Items listed in a dataset
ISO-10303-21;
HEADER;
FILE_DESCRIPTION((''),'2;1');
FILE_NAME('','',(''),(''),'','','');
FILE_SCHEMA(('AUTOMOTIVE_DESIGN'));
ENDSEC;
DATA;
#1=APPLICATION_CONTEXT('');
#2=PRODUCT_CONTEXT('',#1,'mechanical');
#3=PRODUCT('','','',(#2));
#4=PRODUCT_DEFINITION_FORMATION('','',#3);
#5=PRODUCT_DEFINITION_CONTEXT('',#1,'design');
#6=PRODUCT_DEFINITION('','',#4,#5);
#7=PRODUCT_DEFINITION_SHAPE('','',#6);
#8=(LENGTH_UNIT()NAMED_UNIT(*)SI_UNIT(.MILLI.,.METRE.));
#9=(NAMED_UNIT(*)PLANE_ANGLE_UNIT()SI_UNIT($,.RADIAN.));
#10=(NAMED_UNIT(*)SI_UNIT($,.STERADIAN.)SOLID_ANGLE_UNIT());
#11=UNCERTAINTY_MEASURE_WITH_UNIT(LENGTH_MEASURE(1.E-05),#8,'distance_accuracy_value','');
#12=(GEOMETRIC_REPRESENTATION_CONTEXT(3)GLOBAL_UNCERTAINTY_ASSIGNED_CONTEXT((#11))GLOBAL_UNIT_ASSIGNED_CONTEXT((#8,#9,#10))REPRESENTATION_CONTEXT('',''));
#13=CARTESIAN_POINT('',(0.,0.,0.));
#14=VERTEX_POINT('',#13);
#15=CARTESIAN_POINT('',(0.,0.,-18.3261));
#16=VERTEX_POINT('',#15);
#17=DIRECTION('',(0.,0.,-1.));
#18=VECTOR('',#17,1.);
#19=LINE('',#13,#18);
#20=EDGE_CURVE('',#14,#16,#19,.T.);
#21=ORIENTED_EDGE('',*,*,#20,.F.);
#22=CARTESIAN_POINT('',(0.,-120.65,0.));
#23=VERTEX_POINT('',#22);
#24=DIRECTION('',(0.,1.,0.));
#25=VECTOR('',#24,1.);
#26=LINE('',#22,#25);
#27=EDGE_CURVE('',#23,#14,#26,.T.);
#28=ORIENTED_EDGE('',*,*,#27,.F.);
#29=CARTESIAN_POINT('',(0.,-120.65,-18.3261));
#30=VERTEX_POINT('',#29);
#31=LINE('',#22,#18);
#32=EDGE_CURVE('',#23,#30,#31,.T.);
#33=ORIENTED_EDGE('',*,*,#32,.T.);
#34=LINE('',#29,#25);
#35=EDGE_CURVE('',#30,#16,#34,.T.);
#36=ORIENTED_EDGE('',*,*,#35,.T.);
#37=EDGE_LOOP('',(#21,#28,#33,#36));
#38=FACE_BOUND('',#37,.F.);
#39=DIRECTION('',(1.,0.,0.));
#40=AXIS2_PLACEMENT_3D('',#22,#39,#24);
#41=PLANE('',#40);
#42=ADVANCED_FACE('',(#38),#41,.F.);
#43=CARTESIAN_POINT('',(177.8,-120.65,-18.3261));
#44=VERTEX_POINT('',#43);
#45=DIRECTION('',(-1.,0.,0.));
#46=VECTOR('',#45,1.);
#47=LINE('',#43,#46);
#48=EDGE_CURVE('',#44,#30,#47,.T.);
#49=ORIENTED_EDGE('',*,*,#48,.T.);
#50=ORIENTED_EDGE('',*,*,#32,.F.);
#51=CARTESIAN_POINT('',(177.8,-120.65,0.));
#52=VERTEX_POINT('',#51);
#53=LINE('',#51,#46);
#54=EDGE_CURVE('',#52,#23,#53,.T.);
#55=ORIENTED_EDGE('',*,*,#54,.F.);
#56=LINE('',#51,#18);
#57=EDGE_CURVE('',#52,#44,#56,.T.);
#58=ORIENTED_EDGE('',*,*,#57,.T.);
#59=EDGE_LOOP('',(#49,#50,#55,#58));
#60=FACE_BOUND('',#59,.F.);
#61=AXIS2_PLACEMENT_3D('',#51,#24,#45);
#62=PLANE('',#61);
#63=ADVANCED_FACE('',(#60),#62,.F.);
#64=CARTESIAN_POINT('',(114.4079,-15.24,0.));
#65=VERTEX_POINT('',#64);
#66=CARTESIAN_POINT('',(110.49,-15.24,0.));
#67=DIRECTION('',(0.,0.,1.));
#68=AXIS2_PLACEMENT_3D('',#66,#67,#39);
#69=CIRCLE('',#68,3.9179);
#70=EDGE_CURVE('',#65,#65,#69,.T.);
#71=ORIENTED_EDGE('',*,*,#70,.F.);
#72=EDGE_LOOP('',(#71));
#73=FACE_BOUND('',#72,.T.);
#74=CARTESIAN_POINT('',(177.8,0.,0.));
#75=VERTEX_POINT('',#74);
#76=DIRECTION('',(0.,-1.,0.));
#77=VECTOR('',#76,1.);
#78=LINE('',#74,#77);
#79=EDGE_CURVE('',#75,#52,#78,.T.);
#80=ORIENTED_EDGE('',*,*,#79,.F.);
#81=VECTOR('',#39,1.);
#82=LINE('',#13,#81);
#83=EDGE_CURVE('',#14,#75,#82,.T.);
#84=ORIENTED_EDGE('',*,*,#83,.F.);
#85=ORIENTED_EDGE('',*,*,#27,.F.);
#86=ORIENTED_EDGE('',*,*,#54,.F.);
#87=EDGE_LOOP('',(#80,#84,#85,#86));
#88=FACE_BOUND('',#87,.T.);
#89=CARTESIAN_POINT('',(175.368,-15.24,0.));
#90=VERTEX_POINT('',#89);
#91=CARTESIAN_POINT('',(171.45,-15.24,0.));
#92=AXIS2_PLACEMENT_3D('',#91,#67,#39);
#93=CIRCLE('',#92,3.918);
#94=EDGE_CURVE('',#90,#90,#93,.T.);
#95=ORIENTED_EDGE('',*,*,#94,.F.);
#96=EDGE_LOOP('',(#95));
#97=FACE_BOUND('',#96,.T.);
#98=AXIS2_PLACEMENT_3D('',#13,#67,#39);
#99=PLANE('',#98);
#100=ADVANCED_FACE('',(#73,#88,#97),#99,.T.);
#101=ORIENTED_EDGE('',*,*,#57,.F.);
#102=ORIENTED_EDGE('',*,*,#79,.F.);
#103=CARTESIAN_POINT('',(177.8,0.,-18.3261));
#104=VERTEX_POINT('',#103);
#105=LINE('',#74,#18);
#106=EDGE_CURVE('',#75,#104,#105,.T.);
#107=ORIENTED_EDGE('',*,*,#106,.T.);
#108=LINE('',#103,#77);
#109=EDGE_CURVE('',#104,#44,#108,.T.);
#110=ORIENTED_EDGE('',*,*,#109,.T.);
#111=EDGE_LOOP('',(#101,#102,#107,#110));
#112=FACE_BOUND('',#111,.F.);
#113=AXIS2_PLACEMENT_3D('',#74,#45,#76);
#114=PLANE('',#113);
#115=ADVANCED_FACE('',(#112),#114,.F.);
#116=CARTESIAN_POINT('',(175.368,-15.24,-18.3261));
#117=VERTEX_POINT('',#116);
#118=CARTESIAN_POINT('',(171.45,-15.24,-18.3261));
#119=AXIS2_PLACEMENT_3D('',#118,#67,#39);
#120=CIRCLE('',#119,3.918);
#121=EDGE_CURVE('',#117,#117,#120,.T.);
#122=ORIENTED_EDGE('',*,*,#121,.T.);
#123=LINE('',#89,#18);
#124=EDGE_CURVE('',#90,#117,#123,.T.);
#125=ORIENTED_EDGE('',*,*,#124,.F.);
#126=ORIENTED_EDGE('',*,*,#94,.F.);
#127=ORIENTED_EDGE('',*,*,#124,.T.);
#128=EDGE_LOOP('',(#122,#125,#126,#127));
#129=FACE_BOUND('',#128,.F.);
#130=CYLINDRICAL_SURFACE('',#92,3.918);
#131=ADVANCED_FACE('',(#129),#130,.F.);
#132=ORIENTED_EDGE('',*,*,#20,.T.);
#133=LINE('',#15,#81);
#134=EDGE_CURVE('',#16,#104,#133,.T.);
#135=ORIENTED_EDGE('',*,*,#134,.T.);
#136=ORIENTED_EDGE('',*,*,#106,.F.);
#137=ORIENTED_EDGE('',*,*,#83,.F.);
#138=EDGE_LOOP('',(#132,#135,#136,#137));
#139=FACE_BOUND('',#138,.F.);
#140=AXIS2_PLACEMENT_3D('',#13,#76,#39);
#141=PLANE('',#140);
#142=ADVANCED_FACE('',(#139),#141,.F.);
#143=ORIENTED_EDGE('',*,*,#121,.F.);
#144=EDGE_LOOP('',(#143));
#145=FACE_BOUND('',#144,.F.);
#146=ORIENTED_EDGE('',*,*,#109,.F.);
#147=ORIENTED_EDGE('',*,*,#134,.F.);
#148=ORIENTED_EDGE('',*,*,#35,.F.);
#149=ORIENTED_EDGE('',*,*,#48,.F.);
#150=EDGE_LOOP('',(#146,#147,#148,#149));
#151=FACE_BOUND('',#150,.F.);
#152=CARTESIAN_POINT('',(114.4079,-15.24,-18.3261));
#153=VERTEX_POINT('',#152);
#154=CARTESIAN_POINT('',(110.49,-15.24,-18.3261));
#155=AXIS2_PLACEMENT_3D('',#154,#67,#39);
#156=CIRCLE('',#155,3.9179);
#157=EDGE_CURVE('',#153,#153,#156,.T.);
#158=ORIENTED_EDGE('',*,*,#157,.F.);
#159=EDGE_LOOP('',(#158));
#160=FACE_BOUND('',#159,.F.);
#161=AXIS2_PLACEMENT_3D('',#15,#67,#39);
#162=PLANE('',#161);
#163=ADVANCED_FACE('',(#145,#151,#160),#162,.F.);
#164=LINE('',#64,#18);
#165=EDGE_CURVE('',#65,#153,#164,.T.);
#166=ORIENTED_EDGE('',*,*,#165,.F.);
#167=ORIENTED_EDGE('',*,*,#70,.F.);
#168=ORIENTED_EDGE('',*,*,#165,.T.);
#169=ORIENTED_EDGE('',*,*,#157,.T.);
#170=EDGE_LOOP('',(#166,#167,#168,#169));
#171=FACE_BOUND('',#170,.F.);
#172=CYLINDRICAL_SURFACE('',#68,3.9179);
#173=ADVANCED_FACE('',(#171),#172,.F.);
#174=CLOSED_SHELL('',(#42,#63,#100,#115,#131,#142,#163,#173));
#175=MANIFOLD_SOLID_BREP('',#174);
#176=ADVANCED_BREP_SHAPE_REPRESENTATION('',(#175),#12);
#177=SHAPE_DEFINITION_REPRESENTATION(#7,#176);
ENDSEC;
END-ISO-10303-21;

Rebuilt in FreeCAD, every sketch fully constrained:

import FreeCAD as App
import Part
import Sketcher
Q = App.Units.Quantity


def add_polygon(sketch, points):
    """Adds a closed chain of lines whose ends are joined by coincident constraints."""
    first, n = sketch.GeometryCount, len(points)
    for a, b in zip(points, points[1:] + points[:1]):
        sketch.addGeometry(Part.LineSegment(App.Vector(*a, 0), App.Vector(*b, 0)), False)
    for i in range(n):
        sketch.addConstraint(Sketcher.Constraint("Coincident", first + i, 2, first + (i + 1) % n, 1))

doc = App.newDocument("Part")
body = doc.addObject("PartDesign::Body", "Body")

# Sketch on XY plane
sketch1 = body.newObject("Sketcher::SketchObject", "Sketch")
sketch1.AttachmentSupport = (doc.getObject("XY_Plane"), [""])
sketch1.MapMode = "FlatFace"
add_polygon(sketch1, [(177.8, 0), (0, 0), (0, -120.7), (177.8, -120.7)])  # lines 0-3
sketch1.addGeometry(Part.Circle(App.Vector(110.5, -15.2, 0), App.Vector(0, 0, 1), 3.9), False)  # 4
sketch1.addGeometry(Part.Circle(App.Vector(171.4, -15.2, 0), App.Vector(0, 0, 1), 3.9), False)  # 5
sketch1.addConstraint([
    Sketcher.Constraint("Horizontal", 0),
    Sketcher.Constraint("Vertical", 1),
    Sketcher.Constraint("Horizontal", 2),
    Sketcher.Constraint("Vertical", 3),
    Sketcher.Constraint("Coincident", 0, 2, -1, 1),
    Sketcher.Constraint("Equal", 4, 5),
    Sketcher.Constraint("Horizontal", 4, 3, 5, 3),
    Sketcher.Constraint("DistanceX", 0, 2, 0, 1, Q("7 in")),
    Sketcher.Constraint("Diameter", 4, Q("0.3085 in")),
    Sketcher.Constraint("DistanceY", 1, 2, 1, 1, Q("4.75 in")),
    Sketcher.Constraint("DistanceX", 4, 3, 5, 3, Q("2.4 in")),
    Sketcher.Constraint("DistanceX", -1, 1, 4, 3, Q("4.35 in")),
    Sketcher.Constraint("DistanceY", 1, 2, 4, 3, Q("4.15 in")),
])
pad1 = body.newObject("PartDesign::Pad", "Pad")
pad1.Profile = sketch1
pad1.Length = Q("0.7215 in")
pad1.Reversed = True

doc.recompute()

### Task instructions
Going back over the entries above, copy word for word every line from the one that has "#66=CARTESIAN_POINT('',(110.49,-15.24,0.));" on through the one that has "#83=EDGE_CURVE('',#14,#75,#82,.T.);".

### Finished task
#66=CARTESIAN_POINT('',(110.49,-15.24,0.));
#67=DIRECTION('',(0.,0.,1.));
#68=AXIS2_PLACEMENT_3D('',#66,#67,#39);
#69=CIRCLE('',#68,3.9179);
#70=EDGE_CURVE('',#65,#65,#69,.T.);
#71=ORIENTED_EDGE('',*,*,#70,.F.);
#72=EDGE_LOOP('',(#71));
#73=FACE_BOUND('',#72,.T.);
#74=CARTESIAN_POINT('',(177.8,0.,0.));
#75=VERTEX_POINT('',#74);
#76=DIRECTION('',(0.,-1.,0.));
#77=VECTOR('',#76,1.);
#78=LINE('',#74,#77);
#79=EDGE_CURVE('',#75,#52,#78,.T.);
#80=ORIENTED_EDGE('',*,*,#79,.F.);
#81=VECTOR('',#39,1.);
#82=LINE('',#13,#81);
#83=EDGE_CURVE('',#14,#75,#82,.T.);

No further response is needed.